◆ Exercise: Below are some records. Print exactly the lines between the one holding "#235=FACE_BOUND('',#234,.F.);" and the one holding "#225=FACE_BOUND('',#224,.F.);", inclusive, and nothing else.

◆ Material supplied:

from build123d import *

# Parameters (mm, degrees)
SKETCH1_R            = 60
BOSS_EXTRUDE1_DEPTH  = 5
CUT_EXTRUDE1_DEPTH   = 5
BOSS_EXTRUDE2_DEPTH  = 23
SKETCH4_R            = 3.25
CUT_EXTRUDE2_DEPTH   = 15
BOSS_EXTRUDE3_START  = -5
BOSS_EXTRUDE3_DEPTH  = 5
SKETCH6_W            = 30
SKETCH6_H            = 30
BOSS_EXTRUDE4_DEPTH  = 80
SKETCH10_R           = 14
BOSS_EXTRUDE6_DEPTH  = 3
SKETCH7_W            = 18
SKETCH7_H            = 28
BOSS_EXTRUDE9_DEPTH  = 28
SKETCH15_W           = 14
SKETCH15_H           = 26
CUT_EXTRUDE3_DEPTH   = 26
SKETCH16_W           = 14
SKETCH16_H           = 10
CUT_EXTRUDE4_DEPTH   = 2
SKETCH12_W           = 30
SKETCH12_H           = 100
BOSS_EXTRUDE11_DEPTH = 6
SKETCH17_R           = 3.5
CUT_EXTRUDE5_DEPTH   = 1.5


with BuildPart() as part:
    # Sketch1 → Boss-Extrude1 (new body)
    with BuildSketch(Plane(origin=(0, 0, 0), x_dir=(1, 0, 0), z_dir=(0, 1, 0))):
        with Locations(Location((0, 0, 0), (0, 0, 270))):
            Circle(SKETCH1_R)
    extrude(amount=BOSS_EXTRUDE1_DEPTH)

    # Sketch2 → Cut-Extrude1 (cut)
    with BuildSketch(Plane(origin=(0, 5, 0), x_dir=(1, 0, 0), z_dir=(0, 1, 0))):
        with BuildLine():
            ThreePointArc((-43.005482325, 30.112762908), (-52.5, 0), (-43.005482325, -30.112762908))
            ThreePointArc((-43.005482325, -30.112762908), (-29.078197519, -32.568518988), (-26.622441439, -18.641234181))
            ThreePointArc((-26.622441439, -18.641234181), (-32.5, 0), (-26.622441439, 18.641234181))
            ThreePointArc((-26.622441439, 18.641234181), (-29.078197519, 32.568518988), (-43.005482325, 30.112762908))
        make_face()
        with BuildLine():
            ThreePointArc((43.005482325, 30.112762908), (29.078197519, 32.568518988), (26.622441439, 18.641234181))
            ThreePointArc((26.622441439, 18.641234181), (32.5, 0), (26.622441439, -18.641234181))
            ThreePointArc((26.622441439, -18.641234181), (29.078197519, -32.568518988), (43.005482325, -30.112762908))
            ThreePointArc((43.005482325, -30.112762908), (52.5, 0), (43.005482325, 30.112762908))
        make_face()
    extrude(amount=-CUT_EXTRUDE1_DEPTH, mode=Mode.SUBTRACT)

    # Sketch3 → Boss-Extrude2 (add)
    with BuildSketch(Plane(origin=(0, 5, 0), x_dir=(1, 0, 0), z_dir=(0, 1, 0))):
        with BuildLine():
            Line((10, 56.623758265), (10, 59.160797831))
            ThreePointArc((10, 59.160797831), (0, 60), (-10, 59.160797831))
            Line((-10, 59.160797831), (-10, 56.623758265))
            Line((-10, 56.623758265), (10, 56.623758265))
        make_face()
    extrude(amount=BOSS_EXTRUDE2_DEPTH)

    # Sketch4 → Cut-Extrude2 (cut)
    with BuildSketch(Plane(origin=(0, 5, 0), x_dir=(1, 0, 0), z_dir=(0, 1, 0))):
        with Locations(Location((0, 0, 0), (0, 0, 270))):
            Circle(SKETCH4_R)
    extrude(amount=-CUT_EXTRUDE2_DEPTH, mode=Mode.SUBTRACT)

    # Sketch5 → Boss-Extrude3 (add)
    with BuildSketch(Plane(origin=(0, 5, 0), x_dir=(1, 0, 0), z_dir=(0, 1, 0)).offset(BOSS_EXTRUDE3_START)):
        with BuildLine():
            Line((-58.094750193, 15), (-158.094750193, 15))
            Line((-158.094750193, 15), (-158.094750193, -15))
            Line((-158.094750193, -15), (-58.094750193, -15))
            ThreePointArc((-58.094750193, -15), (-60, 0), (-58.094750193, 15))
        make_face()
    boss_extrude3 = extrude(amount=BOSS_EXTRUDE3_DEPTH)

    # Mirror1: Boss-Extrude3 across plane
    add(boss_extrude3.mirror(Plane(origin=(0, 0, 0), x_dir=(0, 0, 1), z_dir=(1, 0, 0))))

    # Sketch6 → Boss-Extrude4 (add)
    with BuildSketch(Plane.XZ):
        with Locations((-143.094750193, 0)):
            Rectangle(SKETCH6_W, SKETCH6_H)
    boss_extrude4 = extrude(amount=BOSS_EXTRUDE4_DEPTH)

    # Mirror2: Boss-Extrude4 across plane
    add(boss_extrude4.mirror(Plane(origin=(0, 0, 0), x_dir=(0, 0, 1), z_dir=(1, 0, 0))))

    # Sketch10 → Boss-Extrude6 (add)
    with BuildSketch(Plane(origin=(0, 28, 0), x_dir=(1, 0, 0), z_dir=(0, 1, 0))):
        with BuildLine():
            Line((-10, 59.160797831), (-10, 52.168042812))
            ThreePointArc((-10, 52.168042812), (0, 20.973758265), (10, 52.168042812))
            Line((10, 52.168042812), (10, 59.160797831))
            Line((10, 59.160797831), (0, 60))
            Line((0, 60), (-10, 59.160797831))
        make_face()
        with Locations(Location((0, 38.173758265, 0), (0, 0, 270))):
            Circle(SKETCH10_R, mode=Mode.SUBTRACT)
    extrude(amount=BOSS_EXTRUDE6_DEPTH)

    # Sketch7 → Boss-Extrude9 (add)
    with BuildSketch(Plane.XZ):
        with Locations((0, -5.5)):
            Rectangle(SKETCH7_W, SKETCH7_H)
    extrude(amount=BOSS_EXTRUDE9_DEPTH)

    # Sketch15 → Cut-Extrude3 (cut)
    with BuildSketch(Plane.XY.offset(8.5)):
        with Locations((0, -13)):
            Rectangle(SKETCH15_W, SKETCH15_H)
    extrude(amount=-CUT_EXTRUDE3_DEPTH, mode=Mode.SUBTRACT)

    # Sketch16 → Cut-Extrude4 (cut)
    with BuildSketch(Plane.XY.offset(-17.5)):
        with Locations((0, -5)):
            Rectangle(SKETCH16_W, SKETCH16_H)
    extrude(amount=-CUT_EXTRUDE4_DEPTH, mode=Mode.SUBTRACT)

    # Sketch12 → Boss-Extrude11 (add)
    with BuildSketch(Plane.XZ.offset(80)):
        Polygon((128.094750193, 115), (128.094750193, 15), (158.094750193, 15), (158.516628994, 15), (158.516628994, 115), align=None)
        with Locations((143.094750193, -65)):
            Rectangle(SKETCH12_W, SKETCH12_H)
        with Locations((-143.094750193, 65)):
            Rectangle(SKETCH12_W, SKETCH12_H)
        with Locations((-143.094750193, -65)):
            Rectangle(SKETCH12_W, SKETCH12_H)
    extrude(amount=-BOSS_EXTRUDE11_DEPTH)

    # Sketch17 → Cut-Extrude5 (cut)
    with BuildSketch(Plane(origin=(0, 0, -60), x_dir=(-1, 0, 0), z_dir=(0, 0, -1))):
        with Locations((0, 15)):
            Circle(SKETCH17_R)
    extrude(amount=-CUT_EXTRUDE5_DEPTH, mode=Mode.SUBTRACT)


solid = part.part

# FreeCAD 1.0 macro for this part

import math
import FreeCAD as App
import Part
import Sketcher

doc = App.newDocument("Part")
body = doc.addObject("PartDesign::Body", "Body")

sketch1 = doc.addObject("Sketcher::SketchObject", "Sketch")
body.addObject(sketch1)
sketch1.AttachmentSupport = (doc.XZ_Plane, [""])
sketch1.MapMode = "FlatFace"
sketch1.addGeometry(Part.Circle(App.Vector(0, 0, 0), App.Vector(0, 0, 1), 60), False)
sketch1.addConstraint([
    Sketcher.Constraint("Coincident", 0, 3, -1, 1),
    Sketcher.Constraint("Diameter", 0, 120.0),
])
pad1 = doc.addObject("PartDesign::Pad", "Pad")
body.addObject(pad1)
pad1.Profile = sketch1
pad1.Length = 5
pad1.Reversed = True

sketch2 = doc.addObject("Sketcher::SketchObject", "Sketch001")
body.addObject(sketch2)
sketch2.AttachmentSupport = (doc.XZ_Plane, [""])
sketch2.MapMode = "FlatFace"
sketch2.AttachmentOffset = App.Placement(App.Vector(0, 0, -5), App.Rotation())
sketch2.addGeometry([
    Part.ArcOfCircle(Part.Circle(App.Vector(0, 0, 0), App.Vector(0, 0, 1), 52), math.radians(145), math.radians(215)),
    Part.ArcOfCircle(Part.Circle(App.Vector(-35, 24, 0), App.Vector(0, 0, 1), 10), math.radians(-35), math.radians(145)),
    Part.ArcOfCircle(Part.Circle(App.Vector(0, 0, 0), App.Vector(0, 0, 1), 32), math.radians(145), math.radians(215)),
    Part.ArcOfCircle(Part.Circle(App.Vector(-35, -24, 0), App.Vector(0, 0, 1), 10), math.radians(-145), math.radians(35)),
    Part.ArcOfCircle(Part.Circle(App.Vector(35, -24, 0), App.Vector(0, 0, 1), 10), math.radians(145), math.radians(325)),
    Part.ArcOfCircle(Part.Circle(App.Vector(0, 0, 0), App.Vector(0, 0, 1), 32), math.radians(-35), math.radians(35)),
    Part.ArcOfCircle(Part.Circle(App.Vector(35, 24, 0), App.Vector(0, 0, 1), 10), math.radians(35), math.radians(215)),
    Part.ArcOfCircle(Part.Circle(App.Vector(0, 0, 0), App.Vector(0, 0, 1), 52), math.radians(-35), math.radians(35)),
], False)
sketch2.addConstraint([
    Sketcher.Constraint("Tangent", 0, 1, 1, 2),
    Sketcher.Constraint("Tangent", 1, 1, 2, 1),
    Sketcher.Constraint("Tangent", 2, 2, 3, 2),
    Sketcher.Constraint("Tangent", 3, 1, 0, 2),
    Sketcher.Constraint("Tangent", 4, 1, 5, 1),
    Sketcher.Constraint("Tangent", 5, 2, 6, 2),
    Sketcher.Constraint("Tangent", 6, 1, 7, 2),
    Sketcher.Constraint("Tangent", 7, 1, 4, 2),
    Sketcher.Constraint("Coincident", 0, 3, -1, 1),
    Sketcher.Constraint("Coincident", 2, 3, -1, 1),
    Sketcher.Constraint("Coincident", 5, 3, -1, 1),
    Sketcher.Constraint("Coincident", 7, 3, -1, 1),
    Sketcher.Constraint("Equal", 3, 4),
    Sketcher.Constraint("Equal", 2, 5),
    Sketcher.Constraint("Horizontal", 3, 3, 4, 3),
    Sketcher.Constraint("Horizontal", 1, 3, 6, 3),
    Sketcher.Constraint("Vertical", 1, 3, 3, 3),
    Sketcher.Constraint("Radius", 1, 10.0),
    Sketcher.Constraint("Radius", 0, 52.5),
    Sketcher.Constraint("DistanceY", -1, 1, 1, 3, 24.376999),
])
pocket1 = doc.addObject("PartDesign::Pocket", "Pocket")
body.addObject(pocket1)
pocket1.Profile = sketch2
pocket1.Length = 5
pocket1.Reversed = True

---

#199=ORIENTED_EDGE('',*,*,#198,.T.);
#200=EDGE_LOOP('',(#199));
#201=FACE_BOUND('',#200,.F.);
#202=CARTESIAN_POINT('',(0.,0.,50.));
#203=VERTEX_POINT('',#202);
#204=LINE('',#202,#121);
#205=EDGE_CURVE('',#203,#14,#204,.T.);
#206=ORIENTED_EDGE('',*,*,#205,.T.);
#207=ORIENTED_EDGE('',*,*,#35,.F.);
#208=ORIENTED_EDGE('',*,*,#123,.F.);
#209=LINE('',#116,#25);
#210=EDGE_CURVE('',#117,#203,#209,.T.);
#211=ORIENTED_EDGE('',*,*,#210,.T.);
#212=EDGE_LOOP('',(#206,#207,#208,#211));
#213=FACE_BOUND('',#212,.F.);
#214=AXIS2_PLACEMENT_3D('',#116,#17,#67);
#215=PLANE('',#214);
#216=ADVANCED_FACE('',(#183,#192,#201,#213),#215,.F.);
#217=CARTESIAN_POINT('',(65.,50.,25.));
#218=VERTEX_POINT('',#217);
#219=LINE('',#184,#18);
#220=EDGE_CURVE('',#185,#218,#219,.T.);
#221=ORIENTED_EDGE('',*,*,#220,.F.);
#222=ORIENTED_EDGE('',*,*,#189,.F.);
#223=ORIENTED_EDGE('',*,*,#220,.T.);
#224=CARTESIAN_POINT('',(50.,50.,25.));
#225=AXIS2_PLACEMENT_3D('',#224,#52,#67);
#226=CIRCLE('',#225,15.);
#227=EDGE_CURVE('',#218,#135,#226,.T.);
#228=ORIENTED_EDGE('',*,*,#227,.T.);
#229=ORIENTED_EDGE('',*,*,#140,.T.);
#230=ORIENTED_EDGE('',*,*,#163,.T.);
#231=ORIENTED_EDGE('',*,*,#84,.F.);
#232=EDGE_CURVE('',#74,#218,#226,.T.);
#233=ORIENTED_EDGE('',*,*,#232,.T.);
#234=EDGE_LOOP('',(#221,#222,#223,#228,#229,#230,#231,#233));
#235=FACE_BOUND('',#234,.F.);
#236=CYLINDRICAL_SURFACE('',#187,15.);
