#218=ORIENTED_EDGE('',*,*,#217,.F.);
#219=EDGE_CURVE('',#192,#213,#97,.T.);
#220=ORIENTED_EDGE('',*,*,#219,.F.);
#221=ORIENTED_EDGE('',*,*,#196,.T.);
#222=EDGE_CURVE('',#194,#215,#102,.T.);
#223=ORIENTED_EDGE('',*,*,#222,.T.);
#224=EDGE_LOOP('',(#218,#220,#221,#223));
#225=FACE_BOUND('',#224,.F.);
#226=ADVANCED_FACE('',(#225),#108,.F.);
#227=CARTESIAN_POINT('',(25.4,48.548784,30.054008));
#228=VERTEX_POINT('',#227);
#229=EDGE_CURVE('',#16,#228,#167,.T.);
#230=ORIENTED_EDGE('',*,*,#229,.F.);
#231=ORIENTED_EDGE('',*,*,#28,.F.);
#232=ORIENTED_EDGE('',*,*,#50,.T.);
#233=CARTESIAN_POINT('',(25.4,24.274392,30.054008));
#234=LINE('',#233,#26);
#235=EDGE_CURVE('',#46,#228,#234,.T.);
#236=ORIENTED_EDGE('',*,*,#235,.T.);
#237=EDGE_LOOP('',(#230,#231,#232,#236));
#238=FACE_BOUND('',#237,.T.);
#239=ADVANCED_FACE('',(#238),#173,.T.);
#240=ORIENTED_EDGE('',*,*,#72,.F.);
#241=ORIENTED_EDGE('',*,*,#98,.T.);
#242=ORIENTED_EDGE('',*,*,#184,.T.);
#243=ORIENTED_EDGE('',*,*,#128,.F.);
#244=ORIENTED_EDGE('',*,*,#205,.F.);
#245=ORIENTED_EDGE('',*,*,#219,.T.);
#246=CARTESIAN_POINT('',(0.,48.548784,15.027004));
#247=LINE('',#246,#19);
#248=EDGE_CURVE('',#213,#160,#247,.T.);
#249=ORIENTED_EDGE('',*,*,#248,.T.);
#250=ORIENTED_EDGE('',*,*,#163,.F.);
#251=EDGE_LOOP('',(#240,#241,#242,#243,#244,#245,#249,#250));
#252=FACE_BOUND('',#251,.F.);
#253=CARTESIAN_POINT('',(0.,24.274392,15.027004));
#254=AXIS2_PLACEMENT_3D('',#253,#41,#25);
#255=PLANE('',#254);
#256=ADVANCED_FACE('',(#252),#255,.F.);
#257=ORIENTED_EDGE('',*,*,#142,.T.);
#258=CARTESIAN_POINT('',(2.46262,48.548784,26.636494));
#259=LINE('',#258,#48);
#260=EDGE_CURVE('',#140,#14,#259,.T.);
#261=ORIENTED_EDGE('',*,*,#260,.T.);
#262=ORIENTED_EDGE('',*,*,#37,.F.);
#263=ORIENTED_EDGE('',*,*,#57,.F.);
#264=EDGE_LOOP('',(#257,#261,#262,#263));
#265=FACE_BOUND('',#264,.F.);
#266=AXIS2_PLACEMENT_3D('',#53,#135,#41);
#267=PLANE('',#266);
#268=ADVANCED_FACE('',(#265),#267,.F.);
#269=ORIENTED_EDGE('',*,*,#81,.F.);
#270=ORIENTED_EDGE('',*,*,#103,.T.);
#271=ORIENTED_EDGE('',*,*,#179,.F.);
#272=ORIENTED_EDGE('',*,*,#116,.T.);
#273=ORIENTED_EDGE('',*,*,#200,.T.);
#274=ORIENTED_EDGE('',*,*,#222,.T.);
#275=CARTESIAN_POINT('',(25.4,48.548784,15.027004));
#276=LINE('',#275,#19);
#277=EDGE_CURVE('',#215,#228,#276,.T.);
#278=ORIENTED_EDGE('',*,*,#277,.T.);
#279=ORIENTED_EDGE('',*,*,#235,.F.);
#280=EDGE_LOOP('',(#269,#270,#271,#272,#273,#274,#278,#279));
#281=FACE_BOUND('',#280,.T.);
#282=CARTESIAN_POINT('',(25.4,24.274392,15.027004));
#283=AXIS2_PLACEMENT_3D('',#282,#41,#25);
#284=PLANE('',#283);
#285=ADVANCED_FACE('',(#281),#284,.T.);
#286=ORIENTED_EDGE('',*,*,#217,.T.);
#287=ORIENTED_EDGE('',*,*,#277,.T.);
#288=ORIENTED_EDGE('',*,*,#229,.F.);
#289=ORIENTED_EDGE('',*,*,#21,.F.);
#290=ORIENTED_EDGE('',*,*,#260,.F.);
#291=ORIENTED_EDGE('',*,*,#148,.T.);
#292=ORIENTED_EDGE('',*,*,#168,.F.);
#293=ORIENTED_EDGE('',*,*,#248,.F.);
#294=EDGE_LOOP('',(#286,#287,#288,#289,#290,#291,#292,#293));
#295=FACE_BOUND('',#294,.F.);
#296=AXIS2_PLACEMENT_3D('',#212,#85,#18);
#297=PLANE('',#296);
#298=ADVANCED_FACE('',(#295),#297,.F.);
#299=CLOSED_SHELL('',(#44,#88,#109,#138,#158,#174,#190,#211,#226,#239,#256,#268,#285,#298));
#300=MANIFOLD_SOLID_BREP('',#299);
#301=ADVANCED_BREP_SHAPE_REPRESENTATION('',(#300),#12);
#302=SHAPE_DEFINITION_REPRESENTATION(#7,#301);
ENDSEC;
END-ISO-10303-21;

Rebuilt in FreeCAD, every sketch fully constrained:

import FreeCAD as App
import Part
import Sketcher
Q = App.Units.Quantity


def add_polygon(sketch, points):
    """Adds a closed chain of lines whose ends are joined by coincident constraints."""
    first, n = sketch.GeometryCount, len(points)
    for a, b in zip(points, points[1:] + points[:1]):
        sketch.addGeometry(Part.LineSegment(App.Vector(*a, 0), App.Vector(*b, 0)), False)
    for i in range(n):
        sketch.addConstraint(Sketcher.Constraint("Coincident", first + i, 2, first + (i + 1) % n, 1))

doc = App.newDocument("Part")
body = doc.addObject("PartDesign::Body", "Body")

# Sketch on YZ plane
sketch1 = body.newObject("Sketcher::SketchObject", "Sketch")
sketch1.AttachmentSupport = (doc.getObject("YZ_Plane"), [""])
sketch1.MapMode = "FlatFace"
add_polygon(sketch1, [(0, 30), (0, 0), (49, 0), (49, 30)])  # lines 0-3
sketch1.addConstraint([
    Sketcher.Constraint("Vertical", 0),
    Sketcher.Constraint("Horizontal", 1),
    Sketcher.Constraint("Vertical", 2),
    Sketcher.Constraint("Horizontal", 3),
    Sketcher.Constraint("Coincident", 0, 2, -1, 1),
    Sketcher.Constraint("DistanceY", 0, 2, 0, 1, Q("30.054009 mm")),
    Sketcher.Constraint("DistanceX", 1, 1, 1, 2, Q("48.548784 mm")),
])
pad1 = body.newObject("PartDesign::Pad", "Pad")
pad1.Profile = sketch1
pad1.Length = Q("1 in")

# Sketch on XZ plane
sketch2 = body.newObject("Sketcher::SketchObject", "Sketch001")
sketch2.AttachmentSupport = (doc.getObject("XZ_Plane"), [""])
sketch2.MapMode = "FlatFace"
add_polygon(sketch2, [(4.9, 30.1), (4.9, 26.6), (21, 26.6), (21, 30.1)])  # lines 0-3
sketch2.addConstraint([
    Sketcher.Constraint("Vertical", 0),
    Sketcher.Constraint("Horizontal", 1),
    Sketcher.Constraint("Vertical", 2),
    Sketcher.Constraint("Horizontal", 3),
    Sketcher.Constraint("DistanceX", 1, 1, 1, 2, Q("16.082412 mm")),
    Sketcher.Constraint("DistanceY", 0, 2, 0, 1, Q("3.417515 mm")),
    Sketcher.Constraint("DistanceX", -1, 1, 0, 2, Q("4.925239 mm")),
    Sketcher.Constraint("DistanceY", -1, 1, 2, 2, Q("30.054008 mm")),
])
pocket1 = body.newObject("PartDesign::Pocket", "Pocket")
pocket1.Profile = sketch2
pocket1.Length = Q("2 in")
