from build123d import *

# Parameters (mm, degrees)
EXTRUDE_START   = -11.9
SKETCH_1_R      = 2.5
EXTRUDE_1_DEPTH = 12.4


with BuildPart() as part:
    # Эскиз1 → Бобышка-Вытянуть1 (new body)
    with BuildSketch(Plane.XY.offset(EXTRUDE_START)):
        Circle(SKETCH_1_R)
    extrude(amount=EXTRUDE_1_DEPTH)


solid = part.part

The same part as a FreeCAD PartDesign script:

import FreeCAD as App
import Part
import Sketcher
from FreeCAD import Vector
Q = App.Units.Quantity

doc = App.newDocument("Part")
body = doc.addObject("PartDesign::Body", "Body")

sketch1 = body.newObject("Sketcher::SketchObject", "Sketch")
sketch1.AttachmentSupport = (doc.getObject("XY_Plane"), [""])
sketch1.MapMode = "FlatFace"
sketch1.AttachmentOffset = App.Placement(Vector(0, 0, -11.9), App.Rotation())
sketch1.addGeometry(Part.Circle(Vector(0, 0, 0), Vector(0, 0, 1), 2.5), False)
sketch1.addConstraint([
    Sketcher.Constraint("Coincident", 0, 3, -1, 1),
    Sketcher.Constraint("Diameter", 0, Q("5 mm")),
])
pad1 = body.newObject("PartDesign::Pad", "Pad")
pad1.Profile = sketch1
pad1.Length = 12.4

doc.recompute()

◆ The completed task:
#235=FACE_BOUND('',#234,.F.);
#236=CYLINDRICAL_SURFACE('',#187,15.);
#218=ORIENTED_EDGE('',*,*,#217,.F.);
#219=EDGE_CURVE('',#192,#213,#97,.T.);
#220=ORIENTED_EDGE('',*,*,#219,.F.);
#221=ORIENTED_EDGE('',*,*,#196,.T.);
#222=EDGE_CURVE('',#194,#215,#102,.T.);
#223=ORIENTED_EDGE('',*,*,#222,.T.);
#224=EDGE_LOOP('',(#218,#220,#221,#223));
#225=FACE_BOUND('',#224,.F.);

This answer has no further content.